Recorded data:
======

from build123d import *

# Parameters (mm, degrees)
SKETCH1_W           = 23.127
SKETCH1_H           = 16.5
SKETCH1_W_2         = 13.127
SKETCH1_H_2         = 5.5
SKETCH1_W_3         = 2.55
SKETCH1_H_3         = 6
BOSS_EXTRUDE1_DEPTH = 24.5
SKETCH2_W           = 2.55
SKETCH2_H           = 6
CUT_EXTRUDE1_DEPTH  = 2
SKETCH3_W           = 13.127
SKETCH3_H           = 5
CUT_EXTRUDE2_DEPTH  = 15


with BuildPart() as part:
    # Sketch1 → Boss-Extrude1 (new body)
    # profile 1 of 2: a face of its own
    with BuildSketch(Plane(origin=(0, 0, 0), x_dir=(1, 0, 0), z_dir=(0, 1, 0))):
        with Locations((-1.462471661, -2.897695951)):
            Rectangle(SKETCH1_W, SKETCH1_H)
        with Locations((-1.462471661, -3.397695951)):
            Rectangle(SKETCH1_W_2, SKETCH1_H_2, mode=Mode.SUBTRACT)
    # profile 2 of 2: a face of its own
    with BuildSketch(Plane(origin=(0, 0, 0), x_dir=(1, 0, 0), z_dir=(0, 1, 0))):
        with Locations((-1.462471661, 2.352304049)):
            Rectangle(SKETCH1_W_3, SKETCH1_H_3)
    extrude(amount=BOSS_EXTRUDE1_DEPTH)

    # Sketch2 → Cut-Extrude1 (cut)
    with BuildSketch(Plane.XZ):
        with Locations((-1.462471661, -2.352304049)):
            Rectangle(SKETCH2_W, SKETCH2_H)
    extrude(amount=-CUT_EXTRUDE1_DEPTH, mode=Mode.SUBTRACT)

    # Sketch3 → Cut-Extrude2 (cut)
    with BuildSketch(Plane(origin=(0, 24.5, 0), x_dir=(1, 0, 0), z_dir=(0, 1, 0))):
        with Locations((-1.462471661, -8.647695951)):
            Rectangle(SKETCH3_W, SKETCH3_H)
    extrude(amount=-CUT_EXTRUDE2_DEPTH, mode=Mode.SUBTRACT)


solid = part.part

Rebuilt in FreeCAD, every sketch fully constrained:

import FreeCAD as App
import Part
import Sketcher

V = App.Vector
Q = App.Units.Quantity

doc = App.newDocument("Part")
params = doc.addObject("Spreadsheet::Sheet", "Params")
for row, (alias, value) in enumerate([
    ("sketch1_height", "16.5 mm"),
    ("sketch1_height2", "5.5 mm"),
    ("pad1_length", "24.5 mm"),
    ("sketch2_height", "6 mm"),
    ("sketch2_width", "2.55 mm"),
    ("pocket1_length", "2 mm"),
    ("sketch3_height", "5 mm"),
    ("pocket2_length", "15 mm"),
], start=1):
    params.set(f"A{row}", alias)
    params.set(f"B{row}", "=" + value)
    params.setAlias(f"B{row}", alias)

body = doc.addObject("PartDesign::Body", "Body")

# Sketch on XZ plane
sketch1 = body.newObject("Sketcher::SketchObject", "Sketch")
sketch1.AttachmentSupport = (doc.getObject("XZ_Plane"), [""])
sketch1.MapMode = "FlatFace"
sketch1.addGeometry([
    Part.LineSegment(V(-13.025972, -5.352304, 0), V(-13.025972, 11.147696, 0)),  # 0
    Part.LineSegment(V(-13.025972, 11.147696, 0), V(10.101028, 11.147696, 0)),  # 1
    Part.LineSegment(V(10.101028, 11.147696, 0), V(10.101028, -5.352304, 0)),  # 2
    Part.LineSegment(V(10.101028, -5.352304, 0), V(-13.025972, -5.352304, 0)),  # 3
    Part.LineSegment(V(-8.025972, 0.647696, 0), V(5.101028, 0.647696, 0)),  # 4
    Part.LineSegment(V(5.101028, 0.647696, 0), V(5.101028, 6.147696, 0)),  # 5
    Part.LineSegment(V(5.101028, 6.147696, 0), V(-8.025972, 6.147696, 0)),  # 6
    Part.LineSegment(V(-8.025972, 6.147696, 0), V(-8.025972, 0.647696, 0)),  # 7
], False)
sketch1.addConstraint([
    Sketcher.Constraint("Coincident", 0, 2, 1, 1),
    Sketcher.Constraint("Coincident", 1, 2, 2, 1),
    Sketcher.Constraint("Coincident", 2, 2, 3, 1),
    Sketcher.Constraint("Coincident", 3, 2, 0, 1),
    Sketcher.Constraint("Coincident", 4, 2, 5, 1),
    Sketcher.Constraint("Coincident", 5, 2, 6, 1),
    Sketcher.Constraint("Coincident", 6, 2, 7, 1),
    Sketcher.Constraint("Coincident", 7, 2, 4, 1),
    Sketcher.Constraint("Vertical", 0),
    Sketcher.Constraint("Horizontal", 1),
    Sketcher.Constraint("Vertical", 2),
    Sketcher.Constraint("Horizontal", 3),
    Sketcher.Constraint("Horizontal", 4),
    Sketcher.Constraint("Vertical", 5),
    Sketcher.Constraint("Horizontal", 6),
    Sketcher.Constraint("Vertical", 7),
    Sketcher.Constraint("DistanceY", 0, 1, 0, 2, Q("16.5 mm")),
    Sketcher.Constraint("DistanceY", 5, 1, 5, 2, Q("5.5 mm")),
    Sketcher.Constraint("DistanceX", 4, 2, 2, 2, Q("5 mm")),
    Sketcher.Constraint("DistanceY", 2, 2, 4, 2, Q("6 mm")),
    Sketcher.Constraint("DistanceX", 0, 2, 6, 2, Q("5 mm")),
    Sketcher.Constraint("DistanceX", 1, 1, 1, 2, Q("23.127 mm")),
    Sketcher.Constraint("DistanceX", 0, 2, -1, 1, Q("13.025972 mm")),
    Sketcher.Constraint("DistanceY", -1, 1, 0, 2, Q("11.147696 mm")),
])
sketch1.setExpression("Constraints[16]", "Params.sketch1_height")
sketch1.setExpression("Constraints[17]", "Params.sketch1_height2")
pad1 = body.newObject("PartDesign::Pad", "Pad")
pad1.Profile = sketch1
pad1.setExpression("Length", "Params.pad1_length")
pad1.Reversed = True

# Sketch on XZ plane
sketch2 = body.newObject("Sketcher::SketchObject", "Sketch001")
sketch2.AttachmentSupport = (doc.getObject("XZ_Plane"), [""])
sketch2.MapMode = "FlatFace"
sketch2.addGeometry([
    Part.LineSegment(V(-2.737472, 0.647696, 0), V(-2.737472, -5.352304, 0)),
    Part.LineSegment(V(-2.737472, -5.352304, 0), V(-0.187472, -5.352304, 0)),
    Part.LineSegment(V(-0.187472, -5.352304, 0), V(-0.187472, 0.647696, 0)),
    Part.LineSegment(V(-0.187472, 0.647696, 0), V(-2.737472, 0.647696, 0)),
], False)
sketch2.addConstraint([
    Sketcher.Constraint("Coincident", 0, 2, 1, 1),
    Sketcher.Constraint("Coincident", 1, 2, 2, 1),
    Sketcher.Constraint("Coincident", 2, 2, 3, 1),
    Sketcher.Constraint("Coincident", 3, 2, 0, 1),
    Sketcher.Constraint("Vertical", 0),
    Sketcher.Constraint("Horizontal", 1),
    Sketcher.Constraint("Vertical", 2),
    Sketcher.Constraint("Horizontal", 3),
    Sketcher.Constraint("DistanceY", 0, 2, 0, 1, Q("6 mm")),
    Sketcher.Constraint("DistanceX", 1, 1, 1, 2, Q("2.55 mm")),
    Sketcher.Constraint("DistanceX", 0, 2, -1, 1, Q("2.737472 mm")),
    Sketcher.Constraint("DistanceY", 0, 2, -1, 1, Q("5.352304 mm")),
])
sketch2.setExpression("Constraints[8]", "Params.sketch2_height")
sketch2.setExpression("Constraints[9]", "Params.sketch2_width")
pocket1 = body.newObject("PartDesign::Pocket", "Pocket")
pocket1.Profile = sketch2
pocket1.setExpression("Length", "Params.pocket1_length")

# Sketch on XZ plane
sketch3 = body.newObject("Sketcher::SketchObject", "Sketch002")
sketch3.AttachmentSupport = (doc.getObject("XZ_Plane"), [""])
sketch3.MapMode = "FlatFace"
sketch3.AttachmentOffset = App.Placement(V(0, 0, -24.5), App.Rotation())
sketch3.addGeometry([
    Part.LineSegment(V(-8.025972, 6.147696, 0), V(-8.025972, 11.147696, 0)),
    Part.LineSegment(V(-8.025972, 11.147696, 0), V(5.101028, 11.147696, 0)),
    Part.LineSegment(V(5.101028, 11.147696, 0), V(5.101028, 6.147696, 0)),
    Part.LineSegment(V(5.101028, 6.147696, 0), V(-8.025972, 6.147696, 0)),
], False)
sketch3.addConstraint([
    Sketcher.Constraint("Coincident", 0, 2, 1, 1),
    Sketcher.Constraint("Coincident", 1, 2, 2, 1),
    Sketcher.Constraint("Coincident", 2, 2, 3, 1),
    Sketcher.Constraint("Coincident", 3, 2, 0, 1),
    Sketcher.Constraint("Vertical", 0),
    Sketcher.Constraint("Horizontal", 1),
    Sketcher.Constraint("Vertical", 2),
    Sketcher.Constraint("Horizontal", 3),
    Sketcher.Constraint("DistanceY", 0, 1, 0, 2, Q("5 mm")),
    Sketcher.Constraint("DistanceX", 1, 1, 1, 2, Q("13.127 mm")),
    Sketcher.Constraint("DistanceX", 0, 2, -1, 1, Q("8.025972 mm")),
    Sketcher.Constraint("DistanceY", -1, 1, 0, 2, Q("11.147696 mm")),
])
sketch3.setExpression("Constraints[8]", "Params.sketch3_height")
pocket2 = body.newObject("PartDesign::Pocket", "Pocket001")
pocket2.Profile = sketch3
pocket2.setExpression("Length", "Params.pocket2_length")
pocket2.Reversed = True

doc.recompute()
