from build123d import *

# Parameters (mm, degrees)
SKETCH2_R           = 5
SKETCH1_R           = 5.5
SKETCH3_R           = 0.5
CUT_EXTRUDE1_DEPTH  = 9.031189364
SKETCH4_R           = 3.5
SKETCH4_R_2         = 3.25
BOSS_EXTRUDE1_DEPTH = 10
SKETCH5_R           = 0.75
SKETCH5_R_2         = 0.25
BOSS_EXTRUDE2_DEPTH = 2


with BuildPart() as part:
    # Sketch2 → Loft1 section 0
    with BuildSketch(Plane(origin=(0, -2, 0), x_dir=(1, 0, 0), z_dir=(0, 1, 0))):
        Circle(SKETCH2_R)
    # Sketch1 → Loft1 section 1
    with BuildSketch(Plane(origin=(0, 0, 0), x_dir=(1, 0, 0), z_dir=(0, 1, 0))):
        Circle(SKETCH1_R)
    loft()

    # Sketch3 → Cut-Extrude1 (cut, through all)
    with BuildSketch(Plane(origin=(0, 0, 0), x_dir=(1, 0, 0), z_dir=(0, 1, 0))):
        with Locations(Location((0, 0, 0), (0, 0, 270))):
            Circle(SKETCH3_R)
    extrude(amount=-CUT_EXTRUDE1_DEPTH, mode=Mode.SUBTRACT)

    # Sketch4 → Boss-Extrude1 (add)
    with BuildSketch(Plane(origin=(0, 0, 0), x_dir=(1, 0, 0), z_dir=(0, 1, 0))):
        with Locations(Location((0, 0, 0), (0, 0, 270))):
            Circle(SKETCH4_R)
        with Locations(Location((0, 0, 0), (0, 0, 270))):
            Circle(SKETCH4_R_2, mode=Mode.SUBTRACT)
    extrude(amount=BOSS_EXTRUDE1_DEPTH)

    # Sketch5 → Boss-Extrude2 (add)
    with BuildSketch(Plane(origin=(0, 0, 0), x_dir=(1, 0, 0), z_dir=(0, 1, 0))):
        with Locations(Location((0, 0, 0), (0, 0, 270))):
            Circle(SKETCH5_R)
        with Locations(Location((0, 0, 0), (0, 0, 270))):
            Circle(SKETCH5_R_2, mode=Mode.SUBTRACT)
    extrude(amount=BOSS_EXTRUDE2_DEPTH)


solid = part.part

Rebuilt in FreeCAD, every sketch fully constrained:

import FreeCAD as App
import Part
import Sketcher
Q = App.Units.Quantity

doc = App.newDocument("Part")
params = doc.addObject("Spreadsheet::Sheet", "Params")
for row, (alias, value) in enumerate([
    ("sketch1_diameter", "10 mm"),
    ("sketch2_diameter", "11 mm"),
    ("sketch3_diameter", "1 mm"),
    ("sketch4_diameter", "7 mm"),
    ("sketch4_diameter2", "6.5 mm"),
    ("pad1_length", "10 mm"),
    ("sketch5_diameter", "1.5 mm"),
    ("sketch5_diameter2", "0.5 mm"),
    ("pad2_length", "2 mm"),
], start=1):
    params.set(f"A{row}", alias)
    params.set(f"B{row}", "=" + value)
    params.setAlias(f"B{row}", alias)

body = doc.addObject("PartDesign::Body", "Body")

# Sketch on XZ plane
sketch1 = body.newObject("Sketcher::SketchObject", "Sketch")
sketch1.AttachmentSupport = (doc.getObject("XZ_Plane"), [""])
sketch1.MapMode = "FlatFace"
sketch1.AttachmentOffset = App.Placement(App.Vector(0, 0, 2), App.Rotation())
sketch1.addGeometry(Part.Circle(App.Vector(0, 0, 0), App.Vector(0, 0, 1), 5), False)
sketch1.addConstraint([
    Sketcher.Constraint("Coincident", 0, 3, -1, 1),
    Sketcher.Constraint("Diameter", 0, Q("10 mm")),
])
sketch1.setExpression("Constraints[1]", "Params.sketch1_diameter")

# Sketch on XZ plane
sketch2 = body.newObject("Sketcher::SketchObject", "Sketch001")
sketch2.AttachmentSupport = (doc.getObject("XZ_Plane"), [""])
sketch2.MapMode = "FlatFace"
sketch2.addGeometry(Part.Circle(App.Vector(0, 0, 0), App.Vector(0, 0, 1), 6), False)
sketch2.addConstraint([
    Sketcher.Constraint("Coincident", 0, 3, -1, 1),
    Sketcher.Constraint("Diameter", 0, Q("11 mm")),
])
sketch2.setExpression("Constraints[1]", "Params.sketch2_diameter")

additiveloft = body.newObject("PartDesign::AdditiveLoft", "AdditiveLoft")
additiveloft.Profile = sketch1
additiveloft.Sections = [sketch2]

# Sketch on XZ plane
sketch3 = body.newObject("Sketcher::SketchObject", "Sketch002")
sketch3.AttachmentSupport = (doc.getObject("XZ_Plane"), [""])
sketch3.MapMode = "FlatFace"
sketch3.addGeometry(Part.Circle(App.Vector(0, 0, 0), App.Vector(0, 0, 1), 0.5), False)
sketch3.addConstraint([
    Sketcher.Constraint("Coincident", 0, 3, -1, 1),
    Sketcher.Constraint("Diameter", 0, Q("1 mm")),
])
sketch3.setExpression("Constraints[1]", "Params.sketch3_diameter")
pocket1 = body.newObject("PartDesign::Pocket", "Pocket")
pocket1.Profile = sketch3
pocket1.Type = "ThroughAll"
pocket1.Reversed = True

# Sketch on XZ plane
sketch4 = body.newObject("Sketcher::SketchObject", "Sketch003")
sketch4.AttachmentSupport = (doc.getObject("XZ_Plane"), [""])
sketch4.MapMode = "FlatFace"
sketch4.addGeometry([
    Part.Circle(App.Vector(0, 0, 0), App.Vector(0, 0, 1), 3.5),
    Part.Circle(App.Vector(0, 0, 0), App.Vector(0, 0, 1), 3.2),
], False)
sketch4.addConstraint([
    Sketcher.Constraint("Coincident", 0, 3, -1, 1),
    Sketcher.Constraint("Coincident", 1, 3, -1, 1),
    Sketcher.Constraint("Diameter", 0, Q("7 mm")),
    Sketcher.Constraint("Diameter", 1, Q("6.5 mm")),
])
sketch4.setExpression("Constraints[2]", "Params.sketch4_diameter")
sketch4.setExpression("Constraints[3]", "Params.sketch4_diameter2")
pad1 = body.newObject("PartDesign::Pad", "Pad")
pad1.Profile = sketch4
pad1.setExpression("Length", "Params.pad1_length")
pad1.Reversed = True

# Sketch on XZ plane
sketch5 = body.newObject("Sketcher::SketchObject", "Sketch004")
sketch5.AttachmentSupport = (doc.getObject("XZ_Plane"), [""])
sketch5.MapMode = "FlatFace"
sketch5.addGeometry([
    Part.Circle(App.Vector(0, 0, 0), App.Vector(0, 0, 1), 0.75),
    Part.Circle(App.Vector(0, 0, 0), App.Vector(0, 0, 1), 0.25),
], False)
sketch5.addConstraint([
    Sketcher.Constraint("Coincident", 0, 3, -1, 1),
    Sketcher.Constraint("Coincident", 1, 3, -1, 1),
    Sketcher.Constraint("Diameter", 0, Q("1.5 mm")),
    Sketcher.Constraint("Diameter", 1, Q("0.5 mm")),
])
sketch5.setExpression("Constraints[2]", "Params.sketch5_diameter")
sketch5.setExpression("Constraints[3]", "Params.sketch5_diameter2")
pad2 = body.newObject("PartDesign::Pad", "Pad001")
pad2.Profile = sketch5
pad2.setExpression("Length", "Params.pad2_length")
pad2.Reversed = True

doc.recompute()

======

** YOUR INSTRUCTIONS **
Your task is to copy every line of the entries that contains the string "SUBTRACT".

** ANSWER SPACE **
            Rectangle(SKETCH1_W_2, SKETCH1_H_2, mode=Mode.SUBTRACT)
    extrude(amount=-CUT_EXTRUDE1_DEPTH, mode=Mode.SUBTRACT)
    extrude(amount=-CUT_EXTRUDE2_DEPTH, mode=Mode.SUBTRACT)
    extrude(amount=-CUT_EXTRUDE1_DEPTH, mode=Mode.SUBTRACT)
            Circle(SKETCH4_R_2, mode=Mode.SUBTRACT)
            Circle(SKETCH5_R_2, mode=Mode.SUBTRACT)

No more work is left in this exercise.